Is there a way to swap a set of parameters inside of an .onnx / .ort graph with an identically shaped set of parameters? #6090

jakemdaly · 2024-04-18T17:33:47Z

Ask a Question

Question

I want to be able to swap params at inference time to facilitate a LoRA deployment.

Eg. in torch, I could do

class myModel(nn.Module):
    def __init__(self):
        super().__init__()
        self.linear = nn.Linear(4,8)
        self.act = nn.Sigmoid()
    def forward(self, x):
        return self.act( self.linear(x) )

m = myModel()
x = torch.randn(1,4)

pred_1 = m( x )

new_weights = nn.Parameter(torch.randn(8,4))
# swap weights
m.linear.weight = new_weights

# call model with new weights
m( x )

Notes

I am using an ORT file for inference if that matters

gramalingam · 2024-04-18T20:47:25Z

If you use external-data format, you can replace the data file representing external tensors with new values, as you wish.

Alternatively, you can make the weights as input parameters of the model, and then vary them as you wish for each invocation. However, this will incur a performance penalty (potentially huge) if ort has to do things like move the weight to gpu or transpose them etc. (which will be done once at session creation if the weights are not inputs).

jakemdaly · 2024-04-22T16:35:37Z

@gramalingam After reading the docs and tinkering with some of those functions, I am still not sure I quite understand the purpose of the external-data format, or if it would be compatible for the onnxruntime API (as opposed to onnx). What is the purpose of the format, and could you provide psuedo code to show how to load a subset of params with onnxruntime?

gramalingam · 2024-04-22T16:44:30Z

Yes, onnxruntime also supports the external-data format, which is part of the onnx standard. The external-data format serves a couple of purposes.

First, the protobuf format has a limit of 2GB on the size of a protobuf object (in terms of the size of the serialized representation). Models which exceed this size can exploit the external-data format to get around this limitation.

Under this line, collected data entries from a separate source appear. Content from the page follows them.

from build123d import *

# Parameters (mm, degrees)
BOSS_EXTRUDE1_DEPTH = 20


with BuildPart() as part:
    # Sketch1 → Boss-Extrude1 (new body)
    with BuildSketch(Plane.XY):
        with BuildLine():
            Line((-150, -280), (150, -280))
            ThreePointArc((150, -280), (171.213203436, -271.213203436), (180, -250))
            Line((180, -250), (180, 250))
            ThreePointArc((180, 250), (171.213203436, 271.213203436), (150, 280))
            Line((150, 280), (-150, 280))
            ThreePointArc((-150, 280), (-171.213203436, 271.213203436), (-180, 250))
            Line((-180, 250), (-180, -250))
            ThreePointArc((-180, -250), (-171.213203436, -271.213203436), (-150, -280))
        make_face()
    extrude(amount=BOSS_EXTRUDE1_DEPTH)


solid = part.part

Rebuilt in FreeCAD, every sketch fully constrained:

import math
import FreeCAD as App
import Part
import Sketcher
Q = App.Units.Quantity

doc = App.newDocument("Part")
body = doc.addObject("PartDesign::Body", "Body")

sketch1 = body.newObject("Sketcher::SketchObject", "Sketch")
sketch1.AttachmentSupport = (doc.getObject("XY_Plane"), [""])
sketch1.MapMode = "FlatFace"
sketch1.addGeometry(Part.LineSegment(App.Vector(-150, -280, 0), App.Vector(150, -280, 0)), False)
sketch1.addGeometry(Part.ArcOfCircle(Part.Circle(App.Vector(150, -250, 0), App.Vector(0, 0, 1), 30), math.radians(-90), math.radians(0)), False)
sketch1.addGeometry(Part.LineSegment(App.Vector(180, -250, 0), App.Vector(180, 250, 0)), False)
sketch1.addGeometry(Part.ArcOfCircle(Part.Circle(App.Vector(150, 250, 0), App.Vector(0, 0, 1), 30), math.radians(0), math.radians(90)), False)
sketch1.addGeometry(Part.LineSegment(App.Vector(150, 280, 0), App.Vector(-150, 280, 0)), False)
sketch1.addGeometry(Part.ArcOfCircle(Part.Circle(App.Vector(-150, 250, 0), App.Vector(0, 0, 1), 30), math.radians(90), math.radians(180)), False)
sketch1.addGeometry(Part.LineSegment(App.Vector(-180, 250, 0), App.Vector(-180, -250, 0)), False)
sketch1.addGeometry(Part.ArcOfCircle(Part.Circle(App.Vector(-150, -250, 0), App.Vector(0, 0, 1), 30), math.radians(180), math.radians(270)), False)
sketch1.addConstraint(Sketcher.Constraint("Tangent", 0, 2, 1, 1))
sketch1.addConstraint(Sketcher.Constraint("Tangent", 1, 2, 2, 1))
sketch1.addConstraint(Sketcher.Constraint("Tangent", 2, 2, 3, 1))
sketch1.addConstraint(Sketcher.Constraint("Tangent", 3, 2, 4, 1))
sketch1.addConstraint(Sketcher.Constraint("Tangent", 4, 2, 5, 1))
sketch1.addConstraint(Sketcher.Constraint("Tangent", 5, 2, 6, 1))
sketch1.addConstraint(Sketcher.Constraint("Tangent", 6, 2, 7, 1))
sketch1.addConstraint(Sketcher.Constraint("Tangent", 7, 2, 0, 1))
sketch1.addConstraint(Sketcher.Constraint("Horizontal", 0))
sketch1.addConstraint(Sketcher.Constraint("Vertical", 2))
sketch1.addConstraint(Sketcher.Constraint("Horizontal", 4))
sketch1.addConstraint(Sketcher.Constraint("Vertical", 6))
sketch1.addConstraint(Sketcher.Constraint("Equal", 1, 3))
sketch1.addConstraint(Sketcher.Constraint("Equal", 3, 5))
sketch1.addConstraint(Sketcher.Constraint("Equal", 5, 7))
sketch1.addConstraint(Sketcher.Constraint("Symmetric", 1, 3, 5, 3, -1, 1))
sketch1.addConstraint(Sketcher.Constraint("Radius", 1, Q("30 mm")))
sketch1.addConstraint(Sketcher.Constraint("DistanceX", 0, 1, 0, 2, Q("300 mm")))
sketch1.addConstraint(Sketcher.Constraint("DistanceY", 2, 1, 2, 2, Q("500 mm")))
pad1 = body.newObject("PartDesign::Pad", "Pad")
pad1.Profile = sketch1
pad1.Length = 20

doc.recompute()
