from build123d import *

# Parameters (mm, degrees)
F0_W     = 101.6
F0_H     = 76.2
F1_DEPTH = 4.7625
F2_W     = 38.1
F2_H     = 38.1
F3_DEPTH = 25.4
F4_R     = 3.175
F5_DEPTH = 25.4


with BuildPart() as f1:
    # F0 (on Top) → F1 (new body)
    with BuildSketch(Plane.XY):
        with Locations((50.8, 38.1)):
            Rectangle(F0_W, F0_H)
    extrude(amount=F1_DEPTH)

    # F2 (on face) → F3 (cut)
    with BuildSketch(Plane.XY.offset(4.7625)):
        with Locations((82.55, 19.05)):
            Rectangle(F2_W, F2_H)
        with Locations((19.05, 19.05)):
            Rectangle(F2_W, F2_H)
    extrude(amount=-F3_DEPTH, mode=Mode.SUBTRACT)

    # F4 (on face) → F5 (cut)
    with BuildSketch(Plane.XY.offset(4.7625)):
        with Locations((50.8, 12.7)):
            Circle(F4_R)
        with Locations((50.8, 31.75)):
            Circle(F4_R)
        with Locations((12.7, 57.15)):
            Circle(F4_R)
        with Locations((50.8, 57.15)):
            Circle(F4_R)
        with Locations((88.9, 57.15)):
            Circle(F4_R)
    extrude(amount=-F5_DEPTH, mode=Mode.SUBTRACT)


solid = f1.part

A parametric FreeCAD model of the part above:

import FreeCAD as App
import Part
import Sketcher

V = App.Vector
Q = App.Units.Quantity


def add_polygon(sketch, points):
    """Adds a closed chain of lines whose ends are joined by coincident constraints."""
    first, n = sketch.GeometryCount, len(points)
    for a, b in zip(points, points[1:] + points[:1]):
        sketch.addGeometry(Part.LineSegment(App.Vector(*a, 0), App.Vector(*b, 0)), False)
    for i in range(n):
        sketch.addConstraint(Sketcher.Constraint("Coincident", first + i, 2, first + (i + 1) % n, 1))

doc = App.newDocument("Part")
params = doc.addObject("Spreadsheet::Sheet", "Params")
for row, (alias, value) in enumerate([
    ("sketch1_width", "4 in"),
    ("sketch1_height", "3 in"),
    ("pad1_length", "0.1875 in"),
    ("sketch2_width", "1.5 in"),
    ("pocket1_length", "1 in"),
    ("sketch3_diameter", "0.25 in"),
    ("pocket2_length", "1 in"),
], start=1):
    params.set(f"A{row}", alias)
    params.set(f"B{row}", "=" + value)
    params.setAlias(f"B{row}", alias)

body = doc.addObject("PartDesign::Body", "Body")

sketch1 = body.newObject("Sketcher::SketchObject", "Sketch")
sketch1.AttachmentSupport = (doc.getObject("XY_Plane"), [""])
sketch1.MapMode = "FlatFace"
add_polygon(sketch1, [(0, 76), (0, 0), (102, 0), (102, 76)])
sketch1.addConstraint([
    Sketcher.Constraint("Vertical", 0),
    Sketcher.Constraint("Horizontal", 1),
    Sketcher.Constraint("Vertical", 2),
    Sketcher.Constraint("Horizontal", 3),
    Sketcher.Constraint("Coincident", 0, 2, -1, 1),
    Sketcher.Constraint("DistanceX", 1, 1, 1, 2, Q("4 in")),
    Sketcher.Constraint("DistanceY", 0, 2, 0, 1, Q("3 in")),
])
sketch1.setExpression("Constraints[9]", "Params.sketch1_width")
sketch1.setExpression("Constraints[10]", "Params.sketch1_height")
pad1 = body.newObject("PartDesign::Pad", "Pad")
pad1.Profile = sketch1
pad1.setExpression("Length", "Params.pad1_length")

sketch2 = body.newObject("Sketcher::SketchObject", "Sketch001")
sketch2.AttachmentSupport = (doc.getObject("XY_Plane"), [""])
sketch2.MapMode = "FlatFace"
sketch2.AttachmentOffset = App.Placement(V(0, 0, 0.1875 * 25.4), App.Rotation())
add_polygon(sketch2, [(64, 38), (64, 0), (102, 0), (102, 38)])
add_polygon(sketch2, [(0, 38), (0, 0), (38, 0), (38, 38)])
sketch2.addConstraint([
    Sketcher.Constraint("Vertical", 0),
    Sketcher.Constraint("Horizontal", 1),
    Sketcher.Constraint("Vertical", 2),
    Sketcher.Constraint("Horizontal", 3),
    Sketcher.Constraint("Vertical", 4),
    Sketcher.Constraint("Horizontal", 5),
    Sketcher.Constraint("Vertical", 6),
    Sketcher.Constraint("Horizontal", 7),
    Sketcher.Constraint("Coincident", 4, 2, -1, 1),
    Sketcher.Constraint("PointOnObject", 0, 2, -1),
    Sketcher.Constraint("Horizontal", 3, 2, 6, 2),
    Sketcher.Constraint("Equal", 3, 5),
    Sketcher.Constraint("Equal", 7, 0),
    Sketcher.Constraint("DistanceX", 1, 1, 1, 2, Q("1.5 in")),
    Sketcher.Constraint("DistanceX", -1, 1, 1, 2, Q("4 in")),
])
sketch2.setExpression("Constraints[21]", "Params.sketch2_width")
pocket1 = body.newObject("PartDesign::Pocket", "Pocket")
pocket1.Profile = sketch2
pocket1.setExpression("Length", "Params.pocket1_length")

sketch3 = body.newObject("Sketcher::SketchObject", "Sketch002")
sketch3.AttachmentSupport = (doc.getObject("XY_Plane"), [""])
sketch3.MapMode = "FlatFace"
sketch3.AttachmentOffset = App.Placement(V(0, 0, 0.1875 * 25.4), App.Rotation())
sketch3.addGeometry([
    Part.Circle(V(50.8, 12.7, 0), V(0, 0, 1), 3.2),
    Part.Circle(V(50.8, 31.8, 0), V(0, 0, 1), 3.2),
    Part.Circle(V(12.7, 57.1, 0), V(0, 0, 1), 3.2),
    Part.Circle(V(50.8, 57.1, 0), V(0, 0, 1), 3.2),
    Part.Circle(V(88.9, 57.1, 0), V(0, 0, 1), 3.2),
], False)
sketch3.addConstraint([
    Sketcher.Constraint("Equal", 0, 1),
    Sketcher.Constraint("Equal", 1, 2),
    Sketcher.Constraint("Equal", 2, 3),
    Sketcher.Constraint("Equal", 3, 4),
    Sketcher.Constraint("Horizontal", 2, 3, 3, 3),
    Sketcher.Constraint("Horizontal", 3, 3, 4, 3),
    Sketcher.Constraint("Vertical", 0, 3, 1, 3),
    Sketcher.Constraint("Vertical", 1, 3, 3, 3),
    Sketcher.Constraint("Diameter", 0, Q("0.25 in")),
    Sketcher.Constraint("DistanceX", -1, 1, 0, 3, Q("2 in")),
    Sketcher.Constraint("DistanceY", 1, 3, 2, 3, Q("1 in")),
    Sketcher.Constraint("DistanceX", 2, 3, 4, 3, Q("3 in")),
    Sketcher.Constraint("DistanceY", -1, 1, 0, 3, Q("0.5 in")),
    Sketcher.Constraint("DistanceX", -1, 1, 2, 3, Q("0.5 in")),
    Sketcher.Constraint("DistanceY", -1, 1, 1, 3, Q("1.25 in")),
])
sketch3.setExpression("Constraints[8]", "Params.sketch3_diameter")
pocket2 = body.newObject("PartDesign::Pocket", "Pocket001")
pocket2.Profile = sketch3
pocket2.setExpression("Length", "Params.pocket2_length")

doc.recompute()
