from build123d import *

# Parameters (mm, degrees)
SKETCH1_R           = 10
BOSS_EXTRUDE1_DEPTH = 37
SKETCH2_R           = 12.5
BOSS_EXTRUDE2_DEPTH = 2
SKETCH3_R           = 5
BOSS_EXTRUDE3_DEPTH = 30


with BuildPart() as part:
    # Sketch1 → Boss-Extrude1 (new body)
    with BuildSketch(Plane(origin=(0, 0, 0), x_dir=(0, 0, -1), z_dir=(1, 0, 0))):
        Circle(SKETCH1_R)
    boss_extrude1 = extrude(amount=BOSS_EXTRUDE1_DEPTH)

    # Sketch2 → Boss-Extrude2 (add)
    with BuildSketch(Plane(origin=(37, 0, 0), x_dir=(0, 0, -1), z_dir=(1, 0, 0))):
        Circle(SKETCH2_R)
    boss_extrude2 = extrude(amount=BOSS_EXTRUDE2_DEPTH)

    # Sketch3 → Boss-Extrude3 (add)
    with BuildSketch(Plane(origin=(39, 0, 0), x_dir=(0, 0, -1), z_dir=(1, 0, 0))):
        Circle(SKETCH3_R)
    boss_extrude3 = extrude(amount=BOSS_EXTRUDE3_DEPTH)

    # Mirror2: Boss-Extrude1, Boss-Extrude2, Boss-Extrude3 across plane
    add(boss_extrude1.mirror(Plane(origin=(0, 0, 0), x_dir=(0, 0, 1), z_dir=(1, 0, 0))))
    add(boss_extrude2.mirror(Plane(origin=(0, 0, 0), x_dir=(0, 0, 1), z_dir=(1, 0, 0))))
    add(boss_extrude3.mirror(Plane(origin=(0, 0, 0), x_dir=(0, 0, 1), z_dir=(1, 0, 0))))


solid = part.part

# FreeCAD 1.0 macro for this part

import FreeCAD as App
import Part
import Sketcher

doc = App.newDocument("Part")
params = doc.addObject("Spreadsheet::Sheet", "Params")
for row, (alias, value) in enumerate([
    ("sketch1_diameter", "20 mm"),
    ("pad1_length", "37 mm"),
    ("sketch2_diameter", "25 mm"),
    ("pad2_length", "2 mm"),
    ("sketch3_diameter", "10 mm"),
    ("pad3_length", "30 mm"),
], start=1):
    params.set(f"A{row}", alias)
    params.set(f"B{row}", "=" + value)
    params.setAlias(f"B{row}", alias)

body = doc.addObject("PartDesign::Body", "Body")

# Sketch on YZ plane
sketch1 = doc.addObject("Sketcher::SketchObject", "Sketch")
body.addObject(sketch1)
sketch1.AttachmentSupport = (doc.YZ_Plane, [""])
sketch1.MapMode = "FlatFace"
sketch1.addGeometry(Part.Circle(App.Vector(0, 0, 0), App.Vector(0, 0, 1), 10), False)
sketch1.addConstraint([
    Sketcher.Constraint("Coincident", 0, 3, -1, 1),
    Sketcher.Constraint("Diameter", 0, 20.0),
])
sketch1.setExpression("Constraints[1]", "Params.sketch1_diameter")
pad1 = doc.addObject("PartDesign::Pad", "Pad")
body.addObject(pad1)
pad1.Profile = sketch1
pad1.setExpression("Length", "Params.pad1_length")

# Sketch on YZ plane
sketch2 = doc.addObject("Sketcher::SketchObject", "Sketch001")
body.addObject(sketch2)
sketch2.AttachmentSupport = (doc.YZ_Plane, [""])
sketch2.MapMode = "FlatFace"
sketch2.AttachmentOffset = App.Placement(App.Vector(0, 0, 37), App.Rotation())
sketch2.addGeometry(Part.Circle(App.Vector(0, 0, 0), App.Vector(0, 0, 1), 12), False)
sketch2.addConstraint([
    Sketcher.Constraint("Coincident", 0, 3, -1, 1),
    Sketcher.Constraint("Diameter", 0, 25.0),
])
sketch2.setExpression("Constraints[1]", "Params.sketch2_diameter")
pad2 = doc.addObject("PartDesign::Pad", "Pad001")
body.addObject(pad2)
pad2.Profile = sketch2
pad2.setExpression("Length", "Params.pad2_length")

# Sketch on YZ plane
sketch3 = doc.addObject("Sketcher::SketchObject", "Sketch002")
body.addObject(sketch3)
sketch3.AttachmentSupport = (doc.YZ_Plane, [""])
sketch3.MapMode = "FlatFace"
sketch3.AttachmentOffset = App.Placement(App.Vector(0, 0, 39), App.Rotation())
sketch3.addGeometry(Part.Circle(App.Vector(0, 0, 0), App.Vector(0, 0, 1), 5), False)
sketch3.addConstraint([
    Sketcher.Constraint("Coincident", 0, 3, -1, 1),
    Sketcher.Constraint("Diameter", 0, 10.0),
])
sketch3.setExpression("Constraints[1]", "Params.sketch3_diameter")
pad3 = doc.addObject("PartDesign::Pad", "Pad002")
body.addObject(pad3)
pad3.Profile = sketch3
pad3.setExpression("Length", "Params.pad3_length")
doc.recompute()

mirrored = doc.addObject("PartDesign::Mirrored", "Mirrored")
body.addObject(mirrored)
mirrored.Originals = [pad1, pad2, pad3]
mirrored.MirrorPlane = (doc.YZ_Plane, [""])
body.Tip = mirrored

doc.recompute()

Second, even if the model size is less than 2GB, weights end up dominating the size of the model representation. Hence, it is convenient and efficient to load these weights only if required. It helps analysis/optimization tools that care about the graph, and not so much about the weights.

jakemdaly · 2024-04-22T16:56:07Z

Is there a way to specify which parameters in the graph to load weights into? Or this capability doesn't exist yet

jakemdaly · 2024-05-01T16:14:03Z

In my application I adding an initializer with the AddInitializer method, and then loading the session via the CreateSessionFromArray API. I am getting the following initialization error when I call CreateSessionFromArray

[E:onnxruntime:, inference_session.cc:1935 onnxruntime::InferenceSession::Initialize::<lambda_5a23845ba810e30de3b9e7b450415bf5>::operator ()] Exception during initialization: C:\a\_work\1\s\onnxruntime\core\optimizer\initializer.cc:35 onnxruntime::Initializer::Initializer !model_path.IsEmpty() was false. model_path must not be empty. Ensure that a path is provided when the model is created or loaded.

Because I am not supplying a model path (I'm initializing from an array), does this imply the two methods or not compatible?

ambroser53 · 2024-05-21T08:55:30Z

This issue is not completed! I still think this is very very necessary functionality that ONNX is completely missing. There have been multiple papers showing the effectiveness of LoRA switching ensembles with LoRALand being just one recent one off the top of my head.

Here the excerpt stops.